Risks Unique to AI Workflows
Agent Runaway
- What it means
- When an agent loops on the wrong goal, burns tokens, and racks up damage before a human notices.
- Real-world example
- An agent told to "clean up the repo" deletes the test fixtures, fails CI, "fixes" CI by skipping tests, and pushes to main.
- Security note
- Always cap step count, token budget, and runtime. Require a review gate for any irreversible action. Treat a runaway as a security incident.
Context Overrun
- What it means
- When you stuff so much into the context window that the AI forgets the important parts and starts inventing.
- Real-world example
- By turn 40 of one long session, the model has forgotten your hard rule about not touching /auth and quietly rewrites it.
- Security note
- Start fresh sessions for new tasks. Re-summarize hard constraints into the system prompt. Long sessions silently degrade safety.
Common questions from new builders.
Things people ask us when they are 30 days into shipping with AI for the first time.
Do I really need to write a spec before prompting?+
Yes, even if the spec is three sentences in a scratch file. The AI cannot read your mind; it can only read the prompt. A short written spec forces you to decide what done looks like before you let the model commit to a direction. Specs also become free documentation for your future self and the security auditor who eventually asks why the change was made.

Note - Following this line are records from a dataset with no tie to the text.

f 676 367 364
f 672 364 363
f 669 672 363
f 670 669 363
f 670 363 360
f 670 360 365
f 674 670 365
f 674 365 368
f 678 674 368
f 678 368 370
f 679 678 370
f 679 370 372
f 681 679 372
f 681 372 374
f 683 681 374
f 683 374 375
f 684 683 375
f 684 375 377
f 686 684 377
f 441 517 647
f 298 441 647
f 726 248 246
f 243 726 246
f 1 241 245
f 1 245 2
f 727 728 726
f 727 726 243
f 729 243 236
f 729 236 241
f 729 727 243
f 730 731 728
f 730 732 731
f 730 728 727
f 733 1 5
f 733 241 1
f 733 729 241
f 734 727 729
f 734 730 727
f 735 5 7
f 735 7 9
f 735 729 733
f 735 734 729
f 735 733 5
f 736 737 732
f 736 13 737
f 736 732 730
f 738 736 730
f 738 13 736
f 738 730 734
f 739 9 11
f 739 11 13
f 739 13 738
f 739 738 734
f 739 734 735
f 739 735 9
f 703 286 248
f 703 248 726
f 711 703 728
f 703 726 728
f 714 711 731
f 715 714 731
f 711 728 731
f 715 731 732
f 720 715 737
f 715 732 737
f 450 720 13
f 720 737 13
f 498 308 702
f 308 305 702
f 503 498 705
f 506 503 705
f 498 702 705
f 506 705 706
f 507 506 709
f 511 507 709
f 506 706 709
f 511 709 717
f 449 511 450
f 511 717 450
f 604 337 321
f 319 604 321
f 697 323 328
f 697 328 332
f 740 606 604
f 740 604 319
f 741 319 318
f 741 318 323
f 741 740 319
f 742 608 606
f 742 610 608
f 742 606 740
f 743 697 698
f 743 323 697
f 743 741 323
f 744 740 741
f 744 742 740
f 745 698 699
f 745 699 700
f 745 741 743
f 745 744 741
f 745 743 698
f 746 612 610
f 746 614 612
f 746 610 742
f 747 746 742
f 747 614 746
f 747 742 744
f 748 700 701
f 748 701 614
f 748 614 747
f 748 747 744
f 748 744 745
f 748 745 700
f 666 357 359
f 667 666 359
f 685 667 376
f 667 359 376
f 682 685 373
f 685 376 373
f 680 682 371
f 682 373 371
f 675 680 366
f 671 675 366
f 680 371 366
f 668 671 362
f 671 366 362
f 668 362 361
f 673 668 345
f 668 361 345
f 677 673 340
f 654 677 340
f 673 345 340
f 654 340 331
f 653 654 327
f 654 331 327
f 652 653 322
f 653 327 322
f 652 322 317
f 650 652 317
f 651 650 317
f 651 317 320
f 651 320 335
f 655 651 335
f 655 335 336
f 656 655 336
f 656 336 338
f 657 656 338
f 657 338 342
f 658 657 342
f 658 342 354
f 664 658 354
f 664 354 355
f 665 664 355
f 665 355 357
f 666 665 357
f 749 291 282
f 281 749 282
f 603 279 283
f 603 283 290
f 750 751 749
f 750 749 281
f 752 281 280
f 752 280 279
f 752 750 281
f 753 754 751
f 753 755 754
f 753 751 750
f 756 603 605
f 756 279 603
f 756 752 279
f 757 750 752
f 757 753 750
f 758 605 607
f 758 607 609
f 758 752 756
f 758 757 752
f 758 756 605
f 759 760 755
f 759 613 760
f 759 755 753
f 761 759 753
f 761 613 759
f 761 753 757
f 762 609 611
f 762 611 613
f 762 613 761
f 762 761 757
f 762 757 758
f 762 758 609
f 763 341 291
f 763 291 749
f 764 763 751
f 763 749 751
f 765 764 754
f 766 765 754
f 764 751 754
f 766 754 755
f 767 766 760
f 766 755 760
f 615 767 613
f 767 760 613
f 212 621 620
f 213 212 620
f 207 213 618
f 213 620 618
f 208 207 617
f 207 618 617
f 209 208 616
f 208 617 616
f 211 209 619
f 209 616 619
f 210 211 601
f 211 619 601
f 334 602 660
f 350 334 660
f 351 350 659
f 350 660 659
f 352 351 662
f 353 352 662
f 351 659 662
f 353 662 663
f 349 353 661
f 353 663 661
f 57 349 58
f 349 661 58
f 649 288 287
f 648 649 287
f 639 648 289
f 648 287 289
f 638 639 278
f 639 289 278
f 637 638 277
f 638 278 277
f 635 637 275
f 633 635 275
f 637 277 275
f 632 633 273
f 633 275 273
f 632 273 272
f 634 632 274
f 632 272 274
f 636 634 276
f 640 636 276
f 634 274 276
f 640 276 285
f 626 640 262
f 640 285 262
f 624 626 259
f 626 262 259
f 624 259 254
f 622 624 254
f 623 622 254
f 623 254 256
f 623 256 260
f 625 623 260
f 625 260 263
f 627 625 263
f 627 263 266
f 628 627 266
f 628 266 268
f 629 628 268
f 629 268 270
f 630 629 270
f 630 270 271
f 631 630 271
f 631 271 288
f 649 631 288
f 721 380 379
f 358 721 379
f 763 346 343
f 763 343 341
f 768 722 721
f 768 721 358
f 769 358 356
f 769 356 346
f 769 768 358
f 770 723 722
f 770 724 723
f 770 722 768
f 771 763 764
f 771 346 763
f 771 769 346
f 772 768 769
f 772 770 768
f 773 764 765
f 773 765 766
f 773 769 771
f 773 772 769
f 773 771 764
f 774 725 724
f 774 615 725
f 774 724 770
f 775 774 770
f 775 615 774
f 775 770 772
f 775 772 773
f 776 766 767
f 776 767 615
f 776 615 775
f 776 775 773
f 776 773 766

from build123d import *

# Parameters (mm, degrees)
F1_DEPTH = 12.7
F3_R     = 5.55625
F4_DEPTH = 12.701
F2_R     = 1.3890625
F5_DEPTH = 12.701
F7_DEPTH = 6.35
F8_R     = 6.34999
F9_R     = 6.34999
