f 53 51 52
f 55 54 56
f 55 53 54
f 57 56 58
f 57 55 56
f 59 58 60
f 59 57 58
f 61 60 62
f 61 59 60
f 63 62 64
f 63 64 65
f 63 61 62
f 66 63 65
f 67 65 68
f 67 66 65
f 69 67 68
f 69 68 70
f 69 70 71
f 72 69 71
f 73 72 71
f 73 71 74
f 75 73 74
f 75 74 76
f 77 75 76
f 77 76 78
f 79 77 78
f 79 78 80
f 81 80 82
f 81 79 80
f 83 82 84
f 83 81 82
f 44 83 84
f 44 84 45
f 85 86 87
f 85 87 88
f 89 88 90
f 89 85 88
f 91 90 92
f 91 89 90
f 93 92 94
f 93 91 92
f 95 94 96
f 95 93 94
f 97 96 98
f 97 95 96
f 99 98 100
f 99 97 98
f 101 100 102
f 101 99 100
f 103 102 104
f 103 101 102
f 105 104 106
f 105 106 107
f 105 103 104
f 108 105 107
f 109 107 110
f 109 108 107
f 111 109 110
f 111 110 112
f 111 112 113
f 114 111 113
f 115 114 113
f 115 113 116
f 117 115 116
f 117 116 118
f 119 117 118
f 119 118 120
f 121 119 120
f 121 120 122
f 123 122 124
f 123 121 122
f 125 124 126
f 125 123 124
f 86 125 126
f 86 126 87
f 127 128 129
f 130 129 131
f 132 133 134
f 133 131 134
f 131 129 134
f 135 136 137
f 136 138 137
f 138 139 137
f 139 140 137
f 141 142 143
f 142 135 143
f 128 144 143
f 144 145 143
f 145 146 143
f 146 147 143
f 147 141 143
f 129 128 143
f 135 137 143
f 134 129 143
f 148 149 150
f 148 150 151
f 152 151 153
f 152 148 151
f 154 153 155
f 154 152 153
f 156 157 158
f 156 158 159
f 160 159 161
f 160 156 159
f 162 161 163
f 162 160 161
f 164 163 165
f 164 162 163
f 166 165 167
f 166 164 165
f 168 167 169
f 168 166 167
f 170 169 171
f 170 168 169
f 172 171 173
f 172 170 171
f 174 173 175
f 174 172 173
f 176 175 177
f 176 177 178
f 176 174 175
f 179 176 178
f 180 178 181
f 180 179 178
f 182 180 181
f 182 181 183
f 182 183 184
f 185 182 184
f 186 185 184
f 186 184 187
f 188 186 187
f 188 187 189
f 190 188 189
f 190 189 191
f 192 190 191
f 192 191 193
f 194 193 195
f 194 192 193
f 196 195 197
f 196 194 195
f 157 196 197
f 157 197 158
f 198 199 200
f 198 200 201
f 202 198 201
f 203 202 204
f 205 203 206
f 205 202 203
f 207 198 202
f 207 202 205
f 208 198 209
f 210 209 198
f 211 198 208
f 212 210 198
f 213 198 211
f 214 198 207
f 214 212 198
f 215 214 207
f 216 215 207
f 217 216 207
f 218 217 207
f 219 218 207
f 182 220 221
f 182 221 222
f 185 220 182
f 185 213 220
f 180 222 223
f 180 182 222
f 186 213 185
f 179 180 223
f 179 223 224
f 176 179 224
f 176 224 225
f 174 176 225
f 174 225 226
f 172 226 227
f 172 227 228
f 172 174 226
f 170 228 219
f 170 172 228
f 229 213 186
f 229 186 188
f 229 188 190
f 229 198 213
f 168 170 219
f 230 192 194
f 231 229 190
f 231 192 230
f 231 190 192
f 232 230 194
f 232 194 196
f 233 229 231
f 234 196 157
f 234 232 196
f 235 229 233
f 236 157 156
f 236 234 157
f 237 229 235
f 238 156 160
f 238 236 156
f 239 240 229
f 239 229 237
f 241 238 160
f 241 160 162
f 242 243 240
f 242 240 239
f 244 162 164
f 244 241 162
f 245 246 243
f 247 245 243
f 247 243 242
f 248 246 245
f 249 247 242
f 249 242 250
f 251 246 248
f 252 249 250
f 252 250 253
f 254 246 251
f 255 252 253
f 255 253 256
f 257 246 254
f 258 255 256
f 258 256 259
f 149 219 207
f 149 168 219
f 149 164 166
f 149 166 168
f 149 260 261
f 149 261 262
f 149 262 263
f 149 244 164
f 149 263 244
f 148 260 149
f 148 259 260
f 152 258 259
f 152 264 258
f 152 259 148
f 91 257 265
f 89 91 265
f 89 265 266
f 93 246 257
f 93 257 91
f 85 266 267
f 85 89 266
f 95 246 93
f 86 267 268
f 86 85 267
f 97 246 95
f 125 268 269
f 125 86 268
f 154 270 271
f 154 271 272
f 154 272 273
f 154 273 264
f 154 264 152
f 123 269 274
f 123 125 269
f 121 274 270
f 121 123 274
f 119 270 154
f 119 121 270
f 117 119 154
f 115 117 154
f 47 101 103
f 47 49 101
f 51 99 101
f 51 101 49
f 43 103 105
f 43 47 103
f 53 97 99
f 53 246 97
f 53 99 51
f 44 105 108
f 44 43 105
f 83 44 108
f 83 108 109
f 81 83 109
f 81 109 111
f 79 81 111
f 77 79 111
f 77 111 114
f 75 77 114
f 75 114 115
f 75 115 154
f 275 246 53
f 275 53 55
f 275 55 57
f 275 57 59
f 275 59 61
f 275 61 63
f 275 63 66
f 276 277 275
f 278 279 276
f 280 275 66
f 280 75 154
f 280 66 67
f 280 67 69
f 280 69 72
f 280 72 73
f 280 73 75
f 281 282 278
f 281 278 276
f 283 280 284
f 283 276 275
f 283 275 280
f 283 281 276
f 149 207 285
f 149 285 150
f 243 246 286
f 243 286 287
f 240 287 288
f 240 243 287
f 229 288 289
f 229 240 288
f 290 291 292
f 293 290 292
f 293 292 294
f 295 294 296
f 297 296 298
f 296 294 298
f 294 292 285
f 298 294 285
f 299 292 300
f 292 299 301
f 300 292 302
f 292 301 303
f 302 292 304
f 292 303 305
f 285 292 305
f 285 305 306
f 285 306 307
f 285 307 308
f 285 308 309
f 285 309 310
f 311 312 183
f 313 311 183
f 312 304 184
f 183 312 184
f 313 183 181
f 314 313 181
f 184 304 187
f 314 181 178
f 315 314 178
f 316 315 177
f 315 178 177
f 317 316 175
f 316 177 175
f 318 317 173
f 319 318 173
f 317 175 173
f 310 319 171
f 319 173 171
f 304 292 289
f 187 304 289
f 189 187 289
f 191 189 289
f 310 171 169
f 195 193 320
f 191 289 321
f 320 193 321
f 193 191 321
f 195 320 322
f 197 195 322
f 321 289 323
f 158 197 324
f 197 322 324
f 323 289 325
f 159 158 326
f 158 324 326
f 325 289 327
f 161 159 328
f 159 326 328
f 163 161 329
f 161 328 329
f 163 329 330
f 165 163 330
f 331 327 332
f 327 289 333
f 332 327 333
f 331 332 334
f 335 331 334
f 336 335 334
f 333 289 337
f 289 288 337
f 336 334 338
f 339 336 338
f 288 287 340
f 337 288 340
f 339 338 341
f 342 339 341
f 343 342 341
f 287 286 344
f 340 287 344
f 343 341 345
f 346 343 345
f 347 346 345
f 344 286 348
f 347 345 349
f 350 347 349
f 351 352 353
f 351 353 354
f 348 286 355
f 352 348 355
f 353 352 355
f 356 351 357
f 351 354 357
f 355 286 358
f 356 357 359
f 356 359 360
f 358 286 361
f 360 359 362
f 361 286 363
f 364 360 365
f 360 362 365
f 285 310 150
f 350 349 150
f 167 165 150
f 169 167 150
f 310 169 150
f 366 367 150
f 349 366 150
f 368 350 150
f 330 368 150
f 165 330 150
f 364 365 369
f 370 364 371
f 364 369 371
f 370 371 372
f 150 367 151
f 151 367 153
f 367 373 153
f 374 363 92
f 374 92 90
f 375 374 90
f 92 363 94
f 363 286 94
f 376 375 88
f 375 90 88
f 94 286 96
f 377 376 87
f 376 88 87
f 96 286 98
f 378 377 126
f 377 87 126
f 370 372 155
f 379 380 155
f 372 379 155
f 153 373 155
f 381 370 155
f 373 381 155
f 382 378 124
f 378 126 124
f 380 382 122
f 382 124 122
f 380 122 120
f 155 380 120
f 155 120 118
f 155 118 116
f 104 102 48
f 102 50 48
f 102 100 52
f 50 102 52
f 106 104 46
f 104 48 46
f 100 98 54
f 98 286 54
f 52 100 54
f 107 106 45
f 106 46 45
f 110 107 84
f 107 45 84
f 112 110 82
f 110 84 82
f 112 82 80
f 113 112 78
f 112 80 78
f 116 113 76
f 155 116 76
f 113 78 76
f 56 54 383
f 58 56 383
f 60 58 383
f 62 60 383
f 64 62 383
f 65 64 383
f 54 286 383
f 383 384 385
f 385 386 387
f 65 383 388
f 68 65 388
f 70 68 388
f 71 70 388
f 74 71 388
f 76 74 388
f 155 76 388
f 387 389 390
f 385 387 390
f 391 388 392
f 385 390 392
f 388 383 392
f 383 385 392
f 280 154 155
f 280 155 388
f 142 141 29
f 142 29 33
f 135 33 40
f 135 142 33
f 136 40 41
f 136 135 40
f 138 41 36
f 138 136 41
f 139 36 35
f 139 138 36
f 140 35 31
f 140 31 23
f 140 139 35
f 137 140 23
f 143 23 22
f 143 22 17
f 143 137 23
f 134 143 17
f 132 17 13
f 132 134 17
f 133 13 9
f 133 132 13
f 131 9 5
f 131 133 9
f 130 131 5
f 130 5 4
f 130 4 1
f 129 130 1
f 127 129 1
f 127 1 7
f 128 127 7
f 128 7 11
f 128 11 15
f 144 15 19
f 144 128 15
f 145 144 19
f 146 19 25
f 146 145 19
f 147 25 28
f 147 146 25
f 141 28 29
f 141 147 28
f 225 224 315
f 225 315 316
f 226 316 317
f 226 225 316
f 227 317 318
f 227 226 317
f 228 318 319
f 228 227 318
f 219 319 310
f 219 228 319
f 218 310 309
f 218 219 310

What is plan mode and why should I use it?+
Plan mode is a setting in modern AI coding harnesses where the model proposes a step-by-step plan but does not touch any files. You read the plan, edit it, approve it, and only then does the AI begin to write code. Plan mode catches bad assumptions at the cheapest possible moment: before any code is generated, tested, or committed.
How do I review an AI diff fast without missing security holes?+
Three passes. First pass: scan for new imports, new dependencies, and new external calls; each one is a new trust boundary. Second pass: read every line that touches authentication, authorization, or user input. Third pass: run the tests, then run the app yourself. If you skip any of the three, you are accepting unknown code into production.
What is the test-driven loop with AI?+
You write a failing test that captures the behavior you want, then ask the AI to make the test pass. The test is the contract. The AI can take any path, but the result is verifiable. This pattern is much faster than asking the AI to write tests after the fact, because failing tests are an unambiguous signal of done.
How do I stop an agent from running away?+
Set a hard step limit, a hard token budget, and a review gate before any irreversible action. Always run agents in a sandbox or under a non-root user. Log every command. If an agent ever sends mail, charges a card, deletes data, or pushes to production without a human approving the exact diff, treat that as a security incident.
Does my AI workflow need an audit trail for compliance?+
If you handle Controlled Unclassified Information, protected health information, or payment card data, yes. CMMC, HIPAA, and PCI all require evidence of who changed what and why. An AI audit trail is a timestamped log of prompts, diffs, files changed, and the human who approved each gate. Most harnesses can dump it; few teams turn it on. We help clients wire that up cleanly.
What is context overrun and how do I prevent it?+
Context overrun happens when you paste so many files and chat turns into a session that the model loses track of the actual goal and starts inventing plausible-sounding nonsense. Fix it by starting fresh sessions for new tasks, loading only the files relevant to the current step, and summarizing the plan into the system prompt instead of repeating it 20 turns deep.